Who is gonna pay the bill for the new machine when our taxes and costs go up and nobody can pay the bill? We are less than 3 years from this blowing up! Wanna bet? Interest rates and inflation will go into overdrive for the years they were artificially low. Bernanke is guiding the ship to into a new intellectual bankrupcy, soon it will be a reality, what he tells about structural or systemic economic issues and the cure for each, he is either lying or stupid or evil. Unemployment is structural. The fed is powerless to fix that attribute of the economy. His policy’s are basically draining money out of the market that is subsidizing people to not produce and be valuable to society. What always happens when there is no value to money? What happens when you just keep rolling the printing presses, ECONOMIC DISASTER! Inflation happens and your home becomes worthless and people start stealing from you, because the government can’t support them. Isn’t unbridled entitlement wonderful! Whose fault is that, oh, I know, Bush’s and the rich.
MS makes a point that I have tried to make for a while. To improve the economy we need to help those at the lower end of the economic scale. They are customers and thereby “job creators”. Any economic help they get will be spent back in the economy. You get much more “bang for your buck” by helping the low end of the economy as opposed to helping the upeer end ot the economy.

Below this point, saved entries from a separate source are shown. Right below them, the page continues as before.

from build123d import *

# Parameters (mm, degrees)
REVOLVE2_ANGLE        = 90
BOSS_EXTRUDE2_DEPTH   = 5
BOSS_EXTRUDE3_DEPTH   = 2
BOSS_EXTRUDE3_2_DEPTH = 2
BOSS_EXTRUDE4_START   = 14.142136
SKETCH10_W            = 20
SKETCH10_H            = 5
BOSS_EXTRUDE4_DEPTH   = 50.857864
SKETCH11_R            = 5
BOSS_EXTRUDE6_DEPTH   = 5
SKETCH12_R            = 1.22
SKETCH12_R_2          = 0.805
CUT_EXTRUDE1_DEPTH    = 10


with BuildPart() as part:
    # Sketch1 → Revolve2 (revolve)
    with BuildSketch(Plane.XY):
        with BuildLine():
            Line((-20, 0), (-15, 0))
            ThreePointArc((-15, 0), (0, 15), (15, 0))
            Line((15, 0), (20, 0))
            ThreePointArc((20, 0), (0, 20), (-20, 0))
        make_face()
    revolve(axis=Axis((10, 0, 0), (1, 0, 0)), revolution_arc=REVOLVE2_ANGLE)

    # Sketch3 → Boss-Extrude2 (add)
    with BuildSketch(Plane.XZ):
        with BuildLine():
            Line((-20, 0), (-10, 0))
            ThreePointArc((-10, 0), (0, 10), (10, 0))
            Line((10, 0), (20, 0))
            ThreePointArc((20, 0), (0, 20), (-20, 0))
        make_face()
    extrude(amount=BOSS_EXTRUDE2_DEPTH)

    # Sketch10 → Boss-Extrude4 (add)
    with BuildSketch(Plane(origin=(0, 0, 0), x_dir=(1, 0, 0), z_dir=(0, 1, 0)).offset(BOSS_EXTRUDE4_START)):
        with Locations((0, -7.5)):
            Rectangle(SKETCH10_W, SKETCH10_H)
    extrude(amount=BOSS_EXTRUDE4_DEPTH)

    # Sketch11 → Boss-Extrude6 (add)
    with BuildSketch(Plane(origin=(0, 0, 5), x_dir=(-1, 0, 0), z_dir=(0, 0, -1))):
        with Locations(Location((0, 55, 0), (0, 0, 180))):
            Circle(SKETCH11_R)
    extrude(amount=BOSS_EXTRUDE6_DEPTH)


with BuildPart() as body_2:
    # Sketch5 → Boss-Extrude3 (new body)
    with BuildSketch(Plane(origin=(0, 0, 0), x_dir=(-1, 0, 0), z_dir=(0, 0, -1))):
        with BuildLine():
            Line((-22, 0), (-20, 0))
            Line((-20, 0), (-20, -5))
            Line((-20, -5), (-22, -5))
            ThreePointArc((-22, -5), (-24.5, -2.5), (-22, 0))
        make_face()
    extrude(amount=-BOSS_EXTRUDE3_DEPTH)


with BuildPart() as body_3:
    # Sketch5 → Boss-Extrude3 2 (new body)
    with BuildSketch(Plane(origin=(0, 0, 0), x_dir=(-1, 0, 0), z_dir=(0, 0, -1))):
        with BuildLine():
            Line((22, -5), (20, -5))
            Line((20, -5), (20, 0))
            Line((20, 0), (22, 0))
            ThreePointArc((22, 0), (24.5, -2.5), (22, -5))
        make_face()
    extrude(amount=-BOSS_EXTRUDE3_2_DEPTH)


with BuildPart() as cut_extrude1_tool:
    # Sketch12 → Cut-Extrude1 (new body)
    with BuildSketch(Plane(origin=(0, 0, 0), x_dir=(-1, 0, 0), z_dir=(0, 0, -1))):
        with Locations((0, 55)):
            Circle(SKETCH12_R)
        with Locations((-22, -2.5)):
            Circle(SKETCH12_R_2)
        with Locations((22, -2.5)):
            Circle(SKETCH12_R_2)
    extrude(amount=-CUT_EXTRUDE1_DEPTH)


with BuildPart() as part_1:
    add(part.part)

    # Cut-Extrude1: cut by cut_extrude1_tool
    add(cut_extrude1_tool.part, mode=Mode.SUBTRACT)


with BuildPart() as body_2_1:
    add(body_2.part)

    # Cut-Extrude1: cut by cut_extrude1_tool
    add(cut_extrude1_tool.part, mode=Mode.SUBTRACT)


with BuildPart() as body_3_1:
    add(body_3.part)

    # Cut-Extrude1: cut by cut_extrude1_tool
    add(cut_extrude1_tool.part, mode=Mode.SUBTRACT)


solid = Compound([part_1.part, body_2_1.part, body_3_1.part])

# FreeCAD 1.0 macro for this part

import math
import FreeCAD as App
import Part
import Sketcher

V = App.Vector


def add_polygon(sketch, points):
    """Adds a closed chain of lines whose ends are joined by coincident constraints."""
    first, n = sketch.GeometryCount, len(points)
    for a, b in zip(points, points[1:] + points[:1]):
        sketch.addGeometry(Part.LineSegment(App.Vector(*a, 0), App.Vector(*b, 0)), False)
    for i in range(n):
        sketch.addConstraint(Sketcher.Constraint("Coincident", first + i, 2, first + (i + 1) % n, 1))

doc = App.newDocument("Part")
body = doc.addObject("PartDesign::Body", "Body")

# Sketch on XY plane
sketch1 = body.newObject("Sketcher::SketchObject", "Sketch")
sketch1.AttachmentSupport = (doc.getObject("XY_Plane"), [""])
sketch1.MapMode = "FlatFace"
sketch1.addGeometry([
    Part.LineSegment(V(-20, 0, 0), V(-15, 0, 0)),
    Part.ArcOfCircle(Part.Circle(V(0, 0, 0), V(0, 0, 1), 15), math.radians(0), math.radians(180)),
    Part.LineSegment(V(15, 0, 0), V(20, 0, 0)),
    Part.ArcOfCircle(Part.Circle(V(0, 0, 0), V(0, 0, 1), 20), math.radians(0), math.radians(180)),
], False)
sketch1.addConstraint([
    Sketcher.Constraint("Coincident", 0, 2, 1, 2),
    Sketcher.Constraint("Coincident", 1, 1, 2, 1),
    Sketcher.Constraint("Coincident", 2, 2, 3, 1),
    Sketcher.Constraint("Coincident", 3, 2, 0, 1),
    Sketcher.Constraint("Horizontal", 0),
    Sketcher.Constraint("Horizontal", 2),
    Sketcher.Constraint("Coincident", 1, 3, -1, 1),
    Sketcher.Constraint("Coincident", 3, 3, -1, 1),
    Sketcher.Constraint("PointOnObject", 0, 2, -1),
    Sketcher.Constraint("PointOnObject", 1, 1, -1),
    Sketcher.Constraint("Radius", 1, 15.0),
    Sketcher.Constraint("Radius", 3, 20.0),
])
revolution = body.newObject("PartDesign::Revolution", "Revolution")
revolution.Profile = sketch1
revolution.ReferenceAxis = (sketch1, ["H_Axis"])
revolution.Angle = 90

# Sketch on XZ plane
sketch2 = body.newObject("Sketcher::SketchObject", "Sketch001")
sketch2.AttachmentSupport = (doc.getObject("XZ_Plane"), [""])
sketch2.MapMode = "FlatFace"
sketch2.addGeometry([
    Part.LineSegment(V(-20, 0, 0), V(-10, 0, 0)),
    Part.ArcOfCircle(Part.Circle(V(0, 0, 0), V(0, 0, 1), 10), math.radians(0), math.radians(180)),
    Part.LineSegment(V(10, 0, 0), V(20, 0, 0)),
    Part.ArcOfCircle(Part.Circle(V(0, 0, 0), V(0, 0, 1), 20), math.radians(0), math.radians(180)),
], False)
sketch2.addConstraint([
    Sketcher.Constraint("Coincident", 0, 2, 1, 2),
    Sketcher.Constraint("Coincident", 1, 1, 2, 1),
    Sketcher.Constraint("Coincident", 2, 2, 3, 1),
    Sketcher.Constraint("Coincident", 3, 2, 0, 1),
    Sketcher.Constraint("Horizontal", 0),
    Sketcher.Constraint("Horizontal", 2),
    Sketcher.Constraint("Coincident", 1, 3, -1, 1),
    Sketcher.Constraint("Coincident", 3, 3, -1, 1),
    Sketcher.Constraint("PointOnObject", 0, 2, -1),
    Sketcher.Constraint("PointOnObject", 1, 1, -1),
    Sketcher.Constraint("Radius", 1, 10.0),
    Sketcher.Constraint("Radius", 3, 20.0),
])
pad1 = body.newObject("PartDesign::Pad", "Pad")
pad1.Profile = sketch2
pad1.Length = 5

# Sketch on XZ plane
sketch3 = body.newObject("Sketcher::SketchObject", "Sketch002")
sketch3.AttachmentSupport = (doc.getObject("XZ_Plane"), [""])
sketch3.MapMode = "FlatFace"
sketch3.AttachmentOffset = App.Placement(V(0, 0, -14.142136), App.Rotation())
add_polygon(sketch3, [(-10, 5), (-10, 10), (10, 10), (10, 5)])  # lines 0-3
sketch3.addConstraint([
    Sketcher.Constraint("Vertical", 0),
    Sketcher.Constraint("Horizontal", 1),
    Sketcher.Constraint("Vertical", 2),
    Sketcher.Constraint("Horizontal", 3),
    Sketcher.Constraint("DistanceX", 1, 1, 1, 2, 20.0),
    Sketcher.Constraint("DistanceY", 0, 1, 0, 2, 5.0),
    Sketcher.Constraint("DistanceX", 0, 2, -1, 1, 10.0),
    Sketcher.Constraint("DistanceY", -1, 1, 0, 2, 10.0),
])
pad2 = body.newObject("PartDesign::Pad", "Pad001")
pad2.Profile = sketch3
pad2.Length = 50.857864
pad2.Reversed = True

# Sketch on XY plane
sketch4 = body.newObject("Sketcher::SketchObject", "Sketch003")
sketch4.AttachmentSupport = (doc.getObject("XY_Plane"), [""])
sketch4.MapMode = "FlatFace"
sketch4.AttachmentOffset = App.Placement(V(0, 0, 5), App.Rotation())
sketch4.addGeometry(Part.Circle(V(0, 55, 0), V(0, 0, 1), 5), False)
sketch4.addConstraint([
    Sketcher.Constraint("PointOnObject", 0, 3, -2),
    Sketcher.Constraint("Diameter", 0, 10.0),
    Sketcher.Constraint("DistanceY", -1, 1, 0, 3, 55.0),
])
pad3 = body.newObject("PartDesign::Pad", "Pad002")
pad3.Profile = sketch4
pad3.Length = 5
pad3.Reversed = True
body2 = doc.addObject("PartDesign::Body", "Body001")

# Sketch on XY plane
sketch5 = body2.newObject("Sketcher::SketchObject", "Sketch004")
sketch5.AttachmentSupport = (doc.getObject("XY_Plane001"), [""])
sketch5.MapMode = "FlatFace"
sketch5.addGeometry([
    Part.LineSegment(V(20, 0, 0), V(22, 0, 0)),
    Part.ArcOfCircle(Part.Circle(V(22, -2.5, 0), V(0, 0, 1), 2.5), math.radians(-90), math.radians(90)),
    Part.LineSegment(V(22, -5, 0), V(20, -5, 0)),
    Part.LineSegment(V(20, -5, 0), V(20, 0, 0)),
], False)
sketch5.addConstraint([
    Sketcher.Constraint("Tangent", 0, 2, 1, 2),
    Sketcher.Constraint("Tangent", 1, 1, 2, 1),
    Sketcher.Constraint("Coincident", 2, 2, 3, 1),
    Sketcher.Constraint("Coincident", 3, 2, 0, 1),
    Sketcher.Constraint("Horizontal", 0),
    Sketcher.Constraint("Horizontal", 2),
    Sketcher.Constraint("Vertical", 3),
    Sketcher.Constraint("PointOnObject", 0, 2, -1),
    Sketcher.Constraint("Radius", 1, 2.5),
    Sketcher.Constraint("DistanceX", 0, 1, 0, 2, 2.0),
    Sketcher.Constraint("DistanceX", -1, 1, 1, 3, 22.0),
])
pad4 = body2.newObject("PartDesign::Pad", "Pad003")
pad4.Profile = sketch5
pad4.Length = 2
body3 = doc.addObject("PartDesign::Body", "Body002")

# Sketch on XY plane
sketch6 = body3.newObject("Sketcher::SketchObject", "Sketch005")
sketch6.AttachmentSupport = (doc.getObject("XY_Plane002"), [""])
sketch6.MapMode = "FlatFace"
sketch6.addGeometry([
    Part.LineSegment(V(-20, -5, 0), V(-22, -5, 0)),
    Part.ArcOfCircle(Part.Circle(V(-22, -2.5, 0), V(0, 0, 1), 2.5), math.radians(90), math.radians(270)),
    Part.LineSegment(V(-22, 0, 0), V(-20, 0, 0)),
    Part.LineSegment(V(-20, 0, 0), V(-20, -5, 0)),
], False)
sketch6.addConstraint([
    Sketcher.Constraint("Tangent", 0, 2, 1, 2),
    Sketcher.Constraint("Tangent", 1, 1, 2, 1),
    Sketcher.Constraint("Coincident", 2, 2, 3, 1),
    Sketcher.Constraint("Coincident", 3, 2, 0, 1),
    Sketcher.Constraint("Horizontal", 0),
    Sketcher.Constraint("Horizontal", 2),
    Sketcher.Constraint("Vertical", 3),
    Sketcher.Constraint("PointOnObject", 1, 1, -1),
    Sketcher.Constraint("Radius", 1, 2.5),
    Sketcher.Constraint("DistanceX", 0, 2, 0, 1, 2.0),
    Sketcher.Constraint("DistanceX", 1, 3, -1, 1, 22.0),
])
pad5 = body3.newObject("PartDesign::Pad", "Pad004")
pad5.Profile = sketch6
pad5.Length = 2
body4 = doc.addObject("PartDesign::Body", "Body003")
body4.AllowCompound = True

# Sketch on XY plane
sketch7 = body4.newObject("Sketcher::SketchObject", "Sketch006")
sketch7.AttachmentSupport = (doc.getObject("XY_Plane003"), [""])
sketch7.MapMode = "FlatFace"
sketch7.addGeometry([
    Part.Circle(V(0, 55, 0), V(0, 0, 1), 1.2),
    Part.Circle(V(22, -2.5, 0), V(0, 0, 1), 0.8),
    Part.Circle(V(-22, -2.5, 0), V(0, 0, 1), 0.8),
], False)
sketch7.addConstraint([
    Sketcher.Constraint("Equal", 1, 2),
    Sketcher.Constraint("Symmetric", 1, 3, 2, 3, -2),
    Sketcher.Constraint("PointOnObject", 0, 3, -2),
    Sketcher.Constraint("Diameter", 0, 2.44),
    Sketcher.Constraint("Diameter", 1, 1.61),
    Sketcher.Constraint("DistanceY", -1, 1, 0, 3, 55.0),
    Sketcher.Constraint("DistanceX", -1, 1, 1, 3, 22.0),
    Sketcher.Constraint("DistanceY", 1, 3, -1, 1, 2.5),
])
pad6 = body4.newObject("PartDesign::Pad", "Pad005")
pad6.Profile = sketch7
pad6.Length = 10
doc.recompute()

body5 = doc.addObject("PartDesign::Body", "Body004")
body5.BaseFeature = body4
boolean = body.newObject("PartDesign::Boolean", "Boolean")
boolean.Type = "Cut"
boolean.addObjects([body5])
doc.recompute()

body6 = doc.addObject("PartDesign::Body", "Body005")
body6.BaseFeature = body4
boolean2 = body2.newObject("PartDesign::Boolean", "Boolean001")
boolean2.Type = "Cut"
boolean2.addObjects([body6])
doc.recompute()

boolean3 = body3.newObject("PartDesign::Boolean", "Boolean002")
boolean3.Type = "Cut"
boolean3.addObjects([body4])

doc.recompute()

LET’S JUST LICK OUR WOUNDS, I BOUGHT THIS NEW HOME IN 1988 4300 SQ. FT. $225.000.00 WITHOUT THE FINISHING TOUCHES, ANOTHER $100.000 MADE IT LIVABLE. NOT WORTH MUCH MORE THAN A PLUG NICHOL. SAME DEAL IF I HAD BOUGHT SOME #4 WARNER & SWASEY TURRET LATHES!!!!
ONE MORE QUESTION, WHY WAS I PAYING 2% OVER PRIME IN 1983 FOR MONEY FROM THE BANK. PRIME RATE WAS 21 1/2% ANYBODY KNOW WHY???
I CALL IT THE SCREWING OF THE PEOPLE OF THE CENTRY
Lloyd, you live in the most corrupt state in the united states, so do I. When my kids graduate from college, you can bet i am going to pack up my shop and get out of illinois. who would ever want to start a business in this state. if your last governor is in jail and your current governor is going to jail, you might be from illinois
The Peoples’ Republic of Illinois is near the bottom in every category compared with the rest of the country. I have a sizable amount of rental property in Illinois. I regret investing in Iliinois now. Property values and appreciation have been dismal since 2006. I see first hand how much my tenants are struggling to make ends meet. There is no housing recovery, it is an artificial stimulus caused by record low values and interest rates. Anyone who tells you the economy is improving is uninformed, lying or both.
I got lucky, I guess. I bought my house in 2009 for $150k and it appraised in 2012 for $190k, and I bet I could actually get $210k for it today. I chose a house that needed work in a fantastic community with excellent schools (Munster, IN). I love the house, but the value I have gained from it makes me smile every time I step over the threshold.